- _DATASET ENTRIES_
######
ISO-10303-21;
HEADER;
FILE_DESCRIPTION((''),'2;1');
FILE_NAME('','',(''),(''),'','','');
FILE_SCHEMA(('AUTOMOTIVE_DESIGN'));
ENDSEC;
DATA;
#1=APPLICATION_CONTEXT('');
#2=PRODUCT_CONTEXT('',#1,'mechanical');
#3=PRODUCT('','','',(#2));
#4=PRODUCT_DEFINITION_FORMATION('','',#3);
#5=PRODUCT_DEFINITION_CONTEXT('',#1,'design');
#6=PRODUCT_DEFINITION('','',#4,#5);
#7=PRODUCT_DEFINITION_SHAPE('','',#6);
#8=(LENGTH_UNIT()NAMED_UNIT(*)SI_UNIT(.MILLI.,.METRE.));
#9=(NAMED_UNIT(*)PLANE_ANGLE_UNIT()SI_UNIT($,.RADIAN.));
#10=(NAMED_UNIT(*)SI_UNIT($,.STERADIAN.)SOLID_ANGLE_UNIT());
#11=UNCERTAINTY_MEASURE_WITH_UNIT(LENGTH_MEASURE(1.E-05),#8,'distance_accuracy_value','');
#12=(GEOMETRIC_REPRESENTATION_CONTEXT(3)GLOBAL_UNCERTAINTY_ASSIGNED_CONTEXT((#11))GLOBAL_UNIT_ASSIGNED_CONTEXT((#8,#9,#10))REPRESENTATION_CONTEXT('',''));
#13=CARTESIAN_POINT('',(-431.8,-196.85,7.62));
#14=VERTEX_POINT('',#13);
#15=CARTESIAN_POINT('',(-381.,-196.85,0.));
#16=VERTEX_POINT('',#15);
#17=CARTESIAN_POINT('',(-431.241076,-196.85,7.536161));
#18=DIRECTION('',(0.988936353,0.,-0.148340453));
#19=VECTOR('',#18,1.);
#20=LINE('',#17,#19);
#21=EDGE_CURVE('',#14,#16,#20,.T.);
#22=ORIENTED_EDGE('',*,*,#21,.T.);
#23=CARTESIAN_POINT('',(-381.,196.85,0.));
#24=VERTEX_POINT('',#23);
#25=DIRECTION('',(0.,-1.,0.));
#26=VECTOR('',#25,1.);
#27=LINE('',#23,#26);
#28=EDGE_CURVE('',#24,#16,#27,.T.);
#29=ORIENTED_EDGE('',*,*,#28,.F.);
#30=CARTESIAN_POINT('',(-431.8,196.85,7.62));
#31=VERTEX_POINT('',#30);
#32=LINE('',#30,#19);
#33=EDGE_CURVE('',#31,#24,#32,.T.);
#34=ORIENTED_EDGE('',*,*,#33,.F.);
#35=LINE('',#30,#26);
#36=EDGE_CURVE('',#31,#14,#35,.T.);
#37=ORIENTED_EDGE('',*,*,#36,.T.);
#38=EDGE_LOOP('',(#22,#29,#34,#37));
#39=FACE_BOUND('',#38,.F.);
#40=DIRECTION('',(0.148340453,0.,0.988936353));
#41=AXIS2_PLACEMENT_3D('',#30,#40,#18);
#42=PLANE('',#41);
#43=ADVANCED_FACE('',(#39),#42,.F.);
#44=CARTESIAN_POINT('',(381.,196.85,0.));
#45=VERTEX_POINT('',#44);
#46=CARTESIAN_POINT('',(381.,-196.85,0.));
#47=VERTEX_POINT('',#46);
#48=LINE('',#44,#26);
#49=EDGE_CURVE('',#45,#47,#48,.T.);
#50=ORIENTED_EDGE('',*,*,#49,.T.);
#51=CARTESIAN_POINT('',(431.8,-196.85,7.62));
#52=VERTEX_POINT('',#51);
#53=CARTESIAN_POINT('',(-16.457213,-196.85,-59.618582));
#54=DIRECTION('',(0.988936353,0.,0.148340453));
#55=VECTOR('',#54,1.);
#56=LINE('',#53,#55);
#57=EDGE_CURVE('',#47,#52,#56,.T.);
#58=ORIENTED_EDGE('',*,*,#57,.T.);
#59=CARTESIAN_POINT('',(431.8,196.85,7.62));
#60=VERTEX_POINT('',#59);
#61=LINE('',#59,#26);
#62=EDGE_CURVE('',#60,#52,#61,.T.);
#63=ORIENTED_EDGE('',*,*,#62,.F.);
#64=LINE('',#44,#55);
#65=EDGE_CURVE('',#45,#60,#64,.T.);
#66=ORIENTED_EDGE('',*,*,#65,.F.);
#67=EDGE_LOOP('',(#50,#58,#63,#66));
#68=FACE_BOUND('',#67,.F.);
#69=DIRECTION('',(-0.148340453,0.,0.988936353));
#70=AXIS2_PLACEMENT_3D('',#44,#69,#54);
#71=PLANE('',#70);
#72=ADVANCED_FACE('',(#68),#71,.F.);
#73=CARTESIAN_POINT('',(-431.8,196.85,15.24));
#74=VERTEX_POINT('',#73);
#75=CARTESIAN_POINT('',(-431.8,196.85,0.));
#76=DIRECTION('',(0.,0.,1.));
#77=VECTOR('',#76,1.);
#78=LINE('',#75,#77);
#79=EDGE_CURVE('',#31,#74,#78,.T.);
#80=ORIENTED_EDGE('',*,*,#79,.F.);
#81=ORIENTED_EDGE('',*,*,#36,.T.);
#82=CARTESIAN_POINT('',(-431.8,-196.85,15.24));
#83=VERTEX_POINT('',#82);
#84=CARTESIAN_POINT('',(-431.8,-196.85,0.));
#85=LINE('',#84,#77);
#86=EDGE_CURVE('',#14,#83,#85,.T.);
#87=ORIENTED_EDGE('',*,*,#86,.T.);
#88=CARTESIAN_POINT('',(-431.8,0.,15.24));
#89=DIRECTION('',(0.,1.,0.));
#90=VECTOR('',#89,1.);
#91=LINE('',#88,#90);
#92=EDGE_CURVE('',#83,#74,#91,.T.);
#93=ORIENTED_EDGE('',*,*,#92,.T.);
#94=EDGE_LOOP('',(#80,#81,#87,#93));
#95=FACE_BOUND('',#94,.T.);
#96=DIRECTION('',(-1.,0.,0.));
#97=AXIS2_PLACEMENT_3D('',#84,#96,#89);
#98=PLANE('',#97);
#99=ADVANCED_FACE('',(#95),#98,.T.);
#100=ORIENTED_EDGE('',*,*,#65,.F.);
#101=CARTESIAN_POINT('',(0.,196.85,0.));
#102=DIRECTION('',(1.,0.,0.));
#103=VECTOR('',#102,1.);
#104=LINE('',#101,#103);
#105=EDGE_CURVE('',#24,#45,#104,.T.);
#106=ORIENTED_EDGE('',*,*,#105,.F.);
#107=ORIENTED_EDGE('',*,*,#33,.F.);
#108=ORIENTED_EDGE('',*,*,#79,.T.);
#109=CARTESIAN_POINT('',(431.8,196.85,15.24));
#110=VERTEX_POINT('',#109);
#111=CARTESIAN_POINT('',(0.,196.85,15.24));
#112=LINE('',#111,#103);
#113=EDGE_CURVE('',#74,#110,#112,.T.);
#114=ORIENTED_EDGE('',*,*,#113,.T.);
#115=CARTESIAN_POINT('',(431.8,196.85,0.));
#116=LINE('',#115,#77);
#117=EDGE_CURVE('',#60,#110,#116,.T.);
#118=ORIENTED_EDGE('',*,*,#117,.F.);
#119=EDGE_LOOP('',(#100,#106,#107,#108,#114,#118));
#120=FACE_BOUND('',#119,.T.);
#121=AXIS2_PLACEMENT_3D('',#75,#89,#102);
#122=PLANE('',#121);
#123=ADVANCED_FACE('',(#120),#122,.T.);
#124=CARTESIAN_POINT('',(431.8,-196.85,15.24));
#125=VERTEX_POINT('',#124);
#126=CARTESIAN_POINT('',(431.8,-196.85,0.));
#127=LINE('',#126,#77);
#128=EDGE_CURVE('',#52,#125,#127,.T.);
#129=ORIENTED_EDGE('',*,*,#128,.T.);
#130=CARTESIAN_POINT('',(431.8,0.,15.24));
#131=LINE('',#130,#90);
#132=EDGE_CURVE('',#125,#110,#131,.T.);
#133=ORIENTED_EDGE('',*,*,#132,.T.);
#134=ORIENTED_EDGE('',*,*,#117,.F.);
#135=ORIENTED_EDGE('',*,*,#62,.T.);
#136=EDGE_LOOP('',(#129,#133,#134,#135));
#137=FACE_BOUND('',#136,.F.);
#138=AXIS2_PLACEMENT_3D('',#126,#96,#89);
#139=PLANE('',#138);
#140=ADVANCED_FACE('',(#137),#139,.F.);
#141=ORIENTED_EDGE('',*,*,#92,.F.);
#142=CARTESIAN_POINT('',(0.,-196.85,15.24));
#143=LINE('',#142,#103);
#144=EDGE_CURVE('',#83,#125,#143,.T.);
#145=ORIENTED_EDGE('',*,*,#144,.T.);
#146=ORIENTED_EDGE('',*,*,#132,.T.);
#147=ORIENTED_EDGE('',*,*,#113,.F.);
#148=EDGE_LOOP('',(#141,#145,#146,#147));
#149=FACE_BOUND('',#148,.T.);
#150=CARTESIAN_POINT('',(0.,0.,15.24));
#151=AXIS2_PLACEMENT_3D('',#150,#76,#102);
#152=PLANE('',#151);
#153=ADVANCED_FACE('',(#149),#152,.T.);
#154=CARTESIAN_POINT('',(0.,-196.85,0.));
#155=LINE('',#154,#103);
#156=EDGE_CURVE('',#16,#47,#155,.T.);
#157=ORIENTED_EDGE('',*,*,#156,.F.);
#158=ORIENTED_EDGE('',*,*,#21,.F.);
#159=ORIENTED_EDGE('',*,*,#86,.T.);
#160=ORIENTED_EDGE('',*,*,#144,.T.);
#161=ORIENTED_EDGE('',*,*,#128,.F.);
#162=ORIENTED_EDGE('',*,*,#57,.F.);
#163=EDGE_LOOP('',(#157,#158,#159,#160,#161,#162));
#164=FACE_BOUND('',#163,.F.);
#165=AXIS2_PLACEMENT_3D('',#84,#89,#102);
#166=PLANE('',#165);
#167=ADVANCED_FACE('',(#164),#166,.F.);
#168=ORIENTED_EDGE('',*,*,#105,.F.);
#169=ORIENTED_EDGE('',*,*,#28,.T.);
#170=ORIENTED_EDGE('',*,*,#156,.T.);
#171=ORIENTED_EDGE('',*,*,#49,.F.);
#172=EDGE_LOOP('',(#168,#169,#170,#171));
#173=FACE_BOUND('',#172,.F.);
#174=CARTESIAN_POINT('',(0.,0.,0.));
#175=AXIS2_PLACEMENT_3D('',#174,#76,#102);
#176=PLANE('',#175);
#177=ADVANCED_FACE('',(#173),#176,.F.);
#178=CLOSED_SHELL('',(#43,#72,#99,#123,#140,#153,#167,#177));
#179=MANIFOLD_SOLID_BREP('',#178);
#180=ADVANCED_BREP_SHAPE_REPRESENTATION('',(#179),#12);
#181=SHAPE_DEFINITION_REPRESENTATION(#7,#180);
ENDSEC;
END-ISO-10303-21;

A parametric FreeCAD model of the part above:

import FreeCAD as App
import Part
import Sketcher
Q = App.Units.Quantity

doc = App.newDocument("Part")
body = doc.addObject("PartDesign::Body", "Body")

# Sketch on XY plane
sketch1 = doc.addObject("Sketcher::SketchObject", "Sketch")
body.addObject(sketch1)
sketch1.AttachmentSupport = (doc.XY_Plane, [""])
sketch1.MapMode = "FlatFace"
sketch1.addGeometry([
    Part.LineSegment(App.Vector(-432, 197, 0), App.Vector(-432, -197, 0)),
    Part.LineSegment(App.Vector(-432, -197, 0), App.Vector(432, -197, 0)),
    Part.LineSegment(App.Vector(432, -197, 0), App.Vector(432, 197, 0)),
    Part.LineSegment(App.Vector(432, 197, 0), App.Vector(-432, 197, 0)),
], False)
sketch1.addConstraint([
    Sketcher.Constraint("Coincident", 0, 2, 1, 1),
    Sketcher.Constraint("Coincident", 1, 2, 2, 1),
    Sketcher.Constraint("Coincident", 2, 2, 3, 1),
    Sketcher.Constraint("Coincident", 3, 2, 0, 1),
    Sketcher.Constraint("Vertical", 0),
    Sketcher.Constraint("Horizontal", 1),
    Sketcher.Constraint("Vertical", 2),
    Sketcher.Constraint("Horizontal", 3),
    Sketcher.Constraint("Symmetric", 0, 2, 2, 2, -1, 1),
    Sketcher.Constraint("DistanceX", 1, 1, 1, 2, Q("34 in")),
    Sketcher.Constraint("DistanceY", 0, 2, 0, 1, Q("15.5 in")),
])
pad1 = doc.addObject("PartDesign::Pad", "Pad")
body.addObject(pad1)
pad1.Profile = sketch1
pad1.Length = Q("0.6 in")

# Sketch on XZ plane
sketch2 = doc.addObject("Sketcher::SketchObject", "Sketch001")
body.addObject(sketch2)
sketch2.AttachmentSupport = (doc.XZ_Plane, [""])
sketch2.MapMode = "FlatFace"
sketch2.AttachmentOffset = App.Placement(App.Vector(0, 0, -7.75 * 25.4), App.Rotation())
sketch2.addGeometry([
    Part.LineSegment(App.Vector(381, 0, 0), App.Vector(432, 8, 0)),  # 0
    Part.LineSegment(App.Vector(432, 8, 0), App.Vector(432, 0, 0)),  # 1
    Part.LineSegment(App.Vector(432, 0, 0), App.Vector(381, 0, 0)),  # 2
    Part.LineSegment(App.Vector(-432, 8, 0), App.Vector(-381, 0, 0)),  # 3
    Part.LineSegment(App.Vector(-381, 0, 0), App.Vector(-432, 0, 0)),  # 4
    Part.LineSegment(App.Vector(-432, 0, 0), App.Vector(-432, 8, 0)),  # 5
], False)
sketch2.addConstraint([
    Sketcher.Constraint("Coincident", 0, 2, 1, 1),
    Sketcher.Constraint("Coincident", 1, 2, 2, 1),
    Sketcher.Constraint("Coincident", 2, 2, 0, 1),
    Sketcher.Constraint("Coincident", 3, 2, 4, 1),
    Sketcher.Constraint("Coincident", 4, 2, 5, 1),
    Sketcher.Constraint("Coincident", 5, 2, 3, 1),
    Sketcher.Constraint("Vertical", 1),
    Sketcher.Constraint("Horizontal", 2),
    Sketcher.Constraint("Horizontal", 4),
    Sketcher.Constraint("Vertical", 5),
    Sketcher.Constraint("Symmetric", 2, 2, 3, 2, -1, 1),
    Sketcher.Constraint("Symmetric", 1, 2, 4, 2, -2),
    Sketcher.Constraint("Horizontal", 0, 2, 5, 2),
    Sketcher.Constraint("DistanceX", 2, 2, 2, 1, Q("2 in")),
    Sketcher.Constraint("DistanceY", 1, 2, 1, 1, Q("0.3 in")),
    Sketcher.Constraint("DistanceX", -1, 1, 0, 2, Q("17 in")),
])
pocket1 = doc.addObject("PartDesign::Pocket", "Pocket")
body.addObject(pocket1)
pocket1.Profile = sketch2
pocket1.Type = "ThroughAll"
pocket1.Reversed = True

doc.recompute()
######
Copy the lines above exactly, beginning at the line that has "#102=DIRECTION('',(1.,0.,0.));" and stopping after the line that has "#112=LINE('',#111,#103);", and omit the rest.

- _OUTPUT_
#102=DIRECTION('',(1.,0.,0.));
#103=VECTOR('',#102,1.);
#104=LINE('',#101,#103);
#105=EDGE_CURVE('',#24,#45,#104,.T.);
#106=ORIENTED_EDGE('',*,*,#105,.F.);
#107=ORIENTED_EDGE('',*,*,#33,.F.);
#108=ORIENTED_EDGE('',*,*,#79,.T.);
#109=CARTESIAN_POINT('',(431.8,196.85,15.24));
#110=VERTEX_POINT('',#109);
#111=CARTESIAN_POINT('',(0.,196.85,15.24));
#112=LINE('',#111,#103);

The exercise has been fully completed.